White CO Cops, Paramedics Charged for Murdering Elijah McClain. Cops Tackled and Piled onto 140 lbs Black Man Walking Home w/Groceries, Used Sleeper Hold, Sedated Him and Laughed as He Begged for Life

From [HERE] Three Colorado police officers and two paramedics have been criminally charged in the death of Elijah McClain, a Black man who died in 2019 after he was subdued and injected with a sedative, the state attorney general said on Wednesday.

A state grand jury handed up a 32-count indictment, Attorney General Phil Weiser said at a news conference. All five defendants are charged with manslaughter and criminally negligent homicide.

McClain, 23, died at a hospital after a violent arrest on the evening of August 24, 2019. McClain was walking home after he had gone to a corner store to purchase tea. Although one of the officers acknowledged that McClain was not a suspect of criminal activity, the 140-pound man was unlawfully stopped in violation of his so-called constitutional rights. He was tackled and pinned to the ground by three white officers using a “carotid control hold” [sleeper hold] on him. After McClain was handcuffed, authorities injected him with ketamine. The drug is used for sedation purposes.

McClain suffered cardiac arrest during the ambulance ride to a nearby hospital. Elijah McClain was declared “brain dead” on Aug. 27 at a local hospital, where he was later taken off life support.

The Aurora officers involved are Randy Roedema, Jason Rosenblatt and Nathan Woodyard.

The encounter was captured on police body camera video which was released in November. In the video no weird mannerisms are on display. He looked like he was walking home with groceries.

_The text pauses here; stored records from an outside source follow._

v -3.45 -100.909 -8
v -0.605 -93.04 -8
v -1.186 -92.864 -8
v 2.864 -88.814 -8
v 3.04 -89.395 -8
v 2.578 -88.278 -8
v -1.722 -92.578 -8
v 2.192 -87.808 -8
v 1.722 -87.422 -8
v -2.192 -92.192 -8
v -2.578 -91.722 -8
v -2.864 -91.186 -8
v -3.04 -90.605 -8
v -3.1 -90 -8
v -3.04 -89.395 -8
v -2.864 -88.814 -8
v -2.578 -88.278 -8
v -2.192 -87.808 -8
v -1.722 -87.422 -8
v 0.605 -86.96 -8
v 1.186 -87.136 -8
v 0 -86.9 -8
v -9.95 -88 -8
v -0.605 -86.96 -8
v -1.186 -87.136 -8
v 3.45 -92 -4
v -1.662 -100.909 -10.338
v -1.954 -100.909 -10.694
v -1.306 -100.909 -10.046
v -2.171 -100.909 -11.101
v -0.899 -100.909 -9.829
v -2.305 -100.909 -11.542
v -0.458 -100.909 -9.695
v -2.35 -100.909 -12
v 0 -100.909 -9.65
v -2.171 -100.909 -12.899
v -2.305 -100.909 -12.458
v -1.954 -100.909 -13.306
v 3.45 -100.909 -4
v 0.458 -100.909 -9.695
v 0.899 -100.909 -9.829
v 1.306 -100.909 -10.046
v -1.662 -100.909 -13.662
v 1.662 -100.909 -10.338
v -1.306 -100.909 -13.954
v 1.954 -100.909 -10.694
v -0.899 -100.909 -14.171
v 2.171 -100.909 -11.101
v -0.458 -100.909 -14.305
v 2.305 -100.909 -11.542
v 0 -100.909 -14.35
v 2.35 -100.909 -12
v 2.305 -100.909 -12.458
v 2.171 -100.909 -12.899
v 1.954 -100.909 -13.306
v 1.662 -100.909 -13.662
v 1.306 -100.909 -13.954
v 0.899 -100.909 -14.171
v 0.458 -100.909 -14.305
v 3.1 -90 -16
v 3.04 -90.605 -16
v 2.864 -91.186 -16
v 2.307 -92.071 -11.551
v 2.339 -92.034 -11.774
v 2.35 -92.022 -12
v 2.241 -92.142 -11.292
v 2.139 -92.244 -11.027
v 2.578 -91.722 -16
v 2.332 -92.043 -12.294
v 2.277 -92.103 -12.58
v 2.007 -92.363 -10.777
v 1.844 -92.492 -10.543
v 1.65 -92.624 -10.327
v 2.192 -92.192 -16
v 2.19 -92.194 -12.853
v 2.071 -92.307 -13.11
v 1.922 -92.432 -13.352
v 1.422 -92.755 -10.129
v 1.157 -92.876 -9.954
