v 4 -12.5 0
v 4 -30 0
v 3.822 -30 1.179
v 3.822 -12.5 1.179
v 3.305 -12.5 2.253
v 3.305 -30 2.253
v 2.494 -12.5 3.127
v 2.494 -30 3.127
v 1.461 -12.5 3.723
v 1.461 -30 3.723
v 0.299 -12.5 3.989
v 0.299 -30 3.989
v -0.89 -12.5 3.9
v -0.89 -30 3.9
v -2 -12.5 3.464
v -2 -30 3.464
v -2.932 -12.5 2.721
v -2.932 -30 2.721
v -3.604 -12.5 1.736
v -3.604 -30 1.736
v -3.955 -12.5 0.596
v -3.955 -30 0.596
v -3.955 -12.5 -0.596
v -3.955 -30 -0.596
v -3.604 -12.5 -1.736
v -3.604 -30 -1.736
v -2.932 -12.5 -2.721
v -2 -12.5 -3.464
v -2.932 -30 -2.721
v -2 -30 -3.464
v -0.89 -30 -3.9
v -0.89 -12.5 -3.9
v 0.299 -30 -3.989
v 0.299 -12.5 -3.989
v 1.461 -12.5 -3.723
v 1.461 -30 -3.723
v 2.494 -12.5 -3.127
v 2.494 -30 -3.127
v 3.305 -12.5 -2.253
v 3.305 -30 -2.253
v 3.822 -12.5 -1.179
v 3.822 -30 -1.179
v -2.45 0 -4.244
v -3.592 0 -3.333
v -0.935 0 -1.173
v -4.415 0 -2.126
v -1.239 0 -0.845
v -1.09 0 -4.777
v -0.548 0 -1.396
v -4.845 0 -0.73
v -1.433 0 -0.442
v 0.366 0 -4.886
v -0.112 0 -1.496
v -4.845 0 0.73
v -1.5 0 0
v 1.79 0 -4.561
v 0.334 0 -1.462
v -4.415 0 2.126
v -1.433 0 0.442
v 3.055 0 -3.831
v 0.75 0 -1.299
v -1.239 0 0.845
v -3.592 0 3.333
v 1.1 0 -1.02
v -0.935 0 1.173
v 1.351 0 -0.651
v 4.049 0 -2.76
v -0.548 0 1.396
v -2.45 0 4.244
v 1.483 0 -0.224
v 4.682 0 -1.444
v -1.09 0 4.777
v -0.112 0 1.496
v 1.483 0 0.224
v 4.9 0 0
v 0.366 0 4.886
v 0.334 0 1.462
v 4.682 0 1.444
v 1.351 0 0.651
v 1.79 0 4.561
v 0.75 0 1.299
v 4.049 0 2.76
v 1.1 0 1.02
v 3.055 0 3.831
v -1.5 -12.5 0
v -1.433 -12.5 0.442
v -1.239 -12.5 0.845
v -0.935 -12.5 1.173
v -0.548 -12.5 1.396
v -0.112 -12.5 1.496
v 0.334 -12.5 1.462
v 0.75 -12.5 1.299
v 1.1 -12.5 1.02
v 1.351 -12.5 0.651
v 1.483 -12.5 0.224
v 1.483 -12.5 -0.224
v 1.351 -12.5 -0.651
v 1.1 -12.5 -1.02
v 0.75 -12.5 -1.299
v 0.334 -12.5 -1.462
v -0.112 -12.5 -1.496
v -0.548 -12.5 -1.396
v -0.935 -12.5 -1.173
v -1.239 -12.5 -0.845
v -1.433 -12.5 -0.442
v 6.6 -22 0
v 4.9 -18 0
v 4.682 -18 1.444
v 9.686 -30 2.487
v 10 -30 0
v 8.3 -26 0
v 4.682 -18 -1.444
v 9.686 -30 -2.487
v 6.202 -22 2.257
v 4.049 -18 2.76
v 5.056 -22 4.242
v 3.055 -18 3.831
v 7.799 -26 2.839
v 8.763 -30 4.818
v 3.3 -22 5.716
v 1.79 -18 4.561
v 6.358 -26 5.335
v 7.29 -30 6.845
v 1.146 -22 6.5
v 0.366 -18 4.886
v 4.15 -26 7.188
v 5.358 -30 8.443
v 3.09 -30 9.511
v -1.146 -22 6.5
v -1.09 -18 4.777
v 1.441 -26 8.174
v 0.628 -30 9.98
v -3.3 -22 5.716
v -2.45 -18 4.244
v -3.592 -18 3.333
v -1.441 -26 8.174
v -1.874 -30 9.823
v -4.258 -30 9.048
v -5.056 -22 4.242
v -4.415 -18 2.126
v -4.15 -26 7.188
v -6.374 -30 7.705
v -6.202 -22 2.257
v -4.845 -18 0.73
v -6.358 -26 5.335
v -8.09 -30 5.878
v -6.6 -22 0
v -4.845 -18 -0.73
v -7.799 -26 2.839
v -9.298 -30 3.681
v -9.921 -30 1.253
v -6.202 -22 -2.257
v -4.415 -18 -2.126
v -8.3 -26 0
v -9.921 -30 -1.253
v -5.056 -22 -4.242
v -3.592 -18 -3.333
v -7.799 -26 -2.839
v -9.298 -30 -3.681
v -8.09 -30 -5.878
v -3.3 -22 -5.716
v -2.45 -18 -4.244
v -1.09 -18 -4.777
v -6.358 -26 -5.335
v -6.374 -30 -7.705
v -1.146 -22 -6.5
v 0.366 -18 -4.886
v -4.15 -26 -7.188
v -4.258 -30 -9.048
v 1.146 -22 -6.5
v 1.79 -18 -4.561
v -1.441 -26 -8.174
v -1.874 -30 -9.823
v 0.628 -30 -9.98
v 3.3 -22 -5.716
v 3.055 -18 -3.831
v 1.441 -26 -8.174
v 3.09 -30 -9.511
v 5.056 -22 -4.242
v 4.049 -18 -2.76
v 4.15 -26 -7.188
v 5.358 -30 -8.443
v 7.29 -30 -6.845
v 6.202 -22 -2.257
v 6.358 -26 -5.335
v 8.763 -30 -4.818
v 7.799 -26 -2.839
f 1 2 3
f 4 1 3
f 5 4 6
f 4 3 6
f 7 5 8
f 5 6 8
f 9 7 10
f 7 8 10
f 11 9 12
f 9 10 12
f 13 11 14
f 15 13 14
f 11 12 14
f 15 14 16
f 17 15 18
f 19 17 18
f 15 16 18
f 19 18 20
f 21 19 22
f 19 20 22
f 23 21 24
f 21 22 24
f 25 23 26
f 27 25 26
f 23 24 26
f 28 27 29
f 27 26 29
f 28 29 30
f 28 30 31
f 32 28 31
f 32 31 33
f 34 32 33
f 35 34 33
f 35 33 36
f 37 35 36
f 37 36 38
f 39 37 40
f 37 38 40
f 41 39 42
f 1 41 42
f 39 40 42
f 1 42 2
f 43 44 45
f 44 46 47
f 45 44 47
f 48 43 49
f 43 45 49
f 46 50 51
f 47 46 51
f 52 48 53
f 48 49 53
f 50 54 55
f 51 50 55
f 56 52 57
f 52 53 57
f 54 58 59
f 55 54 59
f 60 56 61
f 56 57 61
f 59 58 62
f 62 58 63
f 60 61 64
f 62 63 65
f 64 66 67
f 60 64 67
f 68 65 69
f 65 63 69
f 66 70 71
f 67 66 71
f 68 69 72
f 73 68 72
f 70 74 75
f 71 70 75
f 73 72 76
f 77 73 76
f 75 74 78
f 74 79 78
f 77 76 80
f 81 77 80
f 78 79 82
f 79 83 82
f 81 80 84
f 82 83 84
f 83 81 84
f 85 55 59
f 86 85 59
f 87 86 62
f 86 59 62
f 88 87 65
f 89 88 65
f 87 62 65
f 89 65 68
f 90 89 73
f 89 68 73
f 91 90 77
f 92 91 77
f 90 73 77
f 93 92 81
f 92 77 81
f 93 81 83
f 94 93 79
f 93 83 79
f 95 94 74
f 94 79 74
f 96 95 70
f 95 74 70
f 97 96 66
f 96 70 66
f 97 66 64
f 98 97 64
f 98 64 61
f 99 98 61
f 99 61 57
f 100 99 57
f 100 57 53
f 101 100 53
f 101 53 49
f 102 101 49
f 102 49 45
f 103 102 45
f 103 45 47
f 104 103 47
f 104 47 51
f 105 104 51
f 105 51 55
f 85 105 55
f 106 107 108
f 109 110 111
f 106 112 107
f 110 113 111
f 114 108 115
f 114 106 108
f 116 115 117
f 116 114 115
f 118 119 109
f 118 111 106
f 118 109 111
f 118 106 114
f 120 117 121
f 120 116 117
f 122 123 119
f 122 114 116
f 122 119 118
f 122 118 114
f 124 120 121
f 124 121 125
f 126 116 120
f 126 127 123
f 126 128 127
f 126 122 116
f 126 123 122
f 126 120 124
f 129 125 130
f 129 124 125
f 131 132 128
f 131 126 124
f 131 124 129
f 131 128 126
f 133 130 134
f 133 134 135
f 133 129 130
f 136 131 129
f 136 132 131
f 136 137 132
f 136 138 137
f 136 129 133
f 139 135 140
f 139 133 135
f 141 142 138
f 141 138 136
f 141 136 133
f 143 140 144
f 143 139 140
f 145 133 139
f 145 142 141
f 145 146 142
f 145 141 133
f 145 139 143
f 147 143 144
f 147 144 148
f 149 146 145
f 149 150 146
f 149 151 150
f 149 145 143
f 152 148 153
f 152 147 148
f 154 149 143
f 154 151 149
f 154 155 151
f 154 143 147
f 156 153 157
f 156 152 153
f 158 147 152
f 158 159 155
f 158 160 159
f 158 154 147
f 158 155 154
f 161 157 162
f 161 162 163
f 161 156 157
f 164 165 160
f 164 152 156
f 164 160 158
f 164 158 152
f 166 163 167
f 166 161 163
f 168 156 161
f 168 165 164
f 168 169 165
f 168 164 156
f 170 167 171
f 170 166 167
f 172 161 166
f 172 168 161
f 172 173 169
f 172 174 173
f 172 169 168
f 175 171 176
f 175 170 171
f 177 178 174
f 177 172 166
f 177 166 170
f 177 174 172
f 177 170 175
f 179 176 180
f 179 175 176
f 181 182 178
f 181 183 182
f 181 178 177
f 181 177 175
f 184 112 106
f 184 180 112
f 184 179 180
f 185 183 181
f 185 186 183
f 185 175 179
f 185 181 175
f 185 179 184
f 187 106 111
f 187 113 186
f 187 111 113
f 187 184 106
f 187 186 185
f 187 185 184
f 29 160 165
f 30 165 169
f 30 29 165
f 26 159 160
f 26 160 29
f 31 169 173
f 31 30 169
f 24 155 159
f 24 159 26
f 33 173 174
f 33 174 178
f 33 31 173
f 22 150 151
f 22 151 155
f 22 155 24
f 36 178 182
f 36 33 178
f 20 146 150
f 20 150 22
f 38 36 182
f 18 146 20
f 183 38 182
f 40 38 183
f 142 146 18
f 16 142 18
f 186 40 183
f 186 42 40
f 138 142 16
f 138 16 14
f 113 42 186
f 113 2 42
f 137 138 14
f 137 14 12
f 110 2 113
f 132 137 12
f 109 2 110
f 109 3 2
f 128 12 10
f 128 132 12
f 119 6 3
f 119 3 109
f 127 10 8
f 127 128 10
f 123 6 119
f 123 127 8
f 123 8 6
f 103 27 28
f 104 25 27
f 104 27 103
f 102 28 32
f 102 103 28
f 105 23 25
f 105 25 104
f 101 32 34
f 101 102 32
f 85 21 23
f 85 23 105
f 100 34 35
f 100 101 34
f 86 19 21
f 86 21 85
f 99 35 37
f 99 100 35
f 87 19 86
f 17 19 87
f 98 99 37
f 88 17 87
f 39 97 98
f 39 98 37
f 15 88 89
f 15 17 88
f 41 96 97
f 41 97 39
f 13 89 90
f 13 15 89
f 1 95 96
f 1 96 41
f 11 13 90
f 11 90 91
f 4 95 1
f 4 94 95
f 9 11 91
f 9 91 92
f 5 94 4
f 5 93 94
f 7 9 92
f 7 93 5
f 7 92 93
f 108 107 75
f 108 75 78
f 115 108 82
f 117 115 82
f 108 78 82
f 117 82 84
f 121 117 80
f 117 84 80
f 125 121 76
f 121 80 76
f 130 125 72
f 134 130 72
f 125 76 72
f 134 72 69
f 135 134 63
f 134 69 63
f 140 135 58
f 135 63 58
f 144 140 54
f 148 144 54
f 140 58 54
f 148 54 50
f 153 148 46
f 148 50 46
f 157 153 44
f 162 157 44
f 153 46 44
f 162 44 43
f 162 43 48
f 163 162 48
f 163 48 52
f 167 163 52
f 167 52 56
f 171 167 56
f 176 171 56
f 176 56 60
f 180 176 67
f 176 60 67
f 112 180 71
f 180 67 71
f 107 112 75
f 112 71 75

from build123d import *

# Parameters (mm, degrees)
F0_R      = 4.9
F1_DEPTH  = 18
F1_FACE_R = 4.9
F3_R      = 10
F5_R      = 1.5
F6_DEPTH  = 15
F7_R      = 4
F8_DEPTH  = 17.5


with BuildPart() as f1:
    # F0 (on Front) → F1 (new body)
    with BuildSketch(Plane.XZ):
        Circle(F0_R)
    extrude(amount=F1_DEPTH)

    # F1_face (on face) → F4 section 0
    with BuildSketch(Plane.XZ.offset(18)):
        Circle(F1_FACE_R)
    # F3 (on offset) → F4 section 1
    with BuildSketch(Plane.XZ.offset(30)):
        Circle(F3_R)
    loft()

    # F5 (on face) → F6 (cut)
    with BuildSketch(Plane(origin=(0, 0, 0), x_dir=(-1, 0, 0), z_dir=(0, 1, 0))):
        Circle(F5_R)
    extrude(amount=-F6_DEPTH, mode=Mode.SUBTRACT)

    # F7 (on face) → F8 (cut)
    with BuildSketch(Plane.XZ.offset(30)):
        Circle(F7_R)
    extrude(amount=-F8_DEPTH, mode=Mode.SUBTRACT)


solid = f1.part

McClain, who routinely wore masks when outside because he had anemia and became cold easily, according to family, refused to stop for officers when they first contacted him. However, the police apparently had no legal justification to stop him in the first place. “I have a right to go where I am going,” he said. Officers said McClain refused to stop and fought back when they tried to take him into custody. McClain said: “I am going home. … Leave me alone,” and “Let me go. No, let me go. I am an introvert. Please respect my boundaries that I am speaking.”

McClain begged, asking police to stop, informing officers he couldn’t breathe and vomiting multiple times. Officers responding to the scene then requested that a paramedic administer medication (a dose of ketamine) "due to the level of physical force applied while restraining the subject and his agitated mental state." According to Young’s report, officers said they took McClain to the ground when he tried to grab one of their holstered guns. Even though McCain was a 140-pound man, the three officers claimed that McClain was super strong and they assumed that he was on drugs or a stimulant.“Whatever he is on, he has crazy strength,” one officer said. The autopsy found only ketamine and marijuana in his system.

The family’s attorney, Mari Newman says about the body camera footage "He is laying on the ground vomiting, he is begging, he is saying, 'I can't breathe.' One of the officers says, 'Don't move again. If you move again, I'm calling in a dog to bite you,'" At one point, an officer spotted another officer’s body camera pointed at him: “Move your camera, dude,” the officer said.

The police officers charged are Nathan Woodyard and Randy Roedema, who are both still on the force, and Jason Rosenblatt, who was fired after he responded “Haha” to photos taken by uninvolved officers mocking the death of McClain.

The two paramedics under indictment are Jeremy Cooper and Peter Cichuniec, who also face assault charges for the drug injection.

In a statement on its Facebook page, the Aurora Police Association called the indictments a "hysterical overreaction" and noted that the initial investigation cleared the officers of wrongdoing.

"Sadly, Mr. McClain died due to a combination of exertion due to his decision to violently resist arrest and a pre-existing heart condition," the statement said. "There is no evidence that APD officers caused his death."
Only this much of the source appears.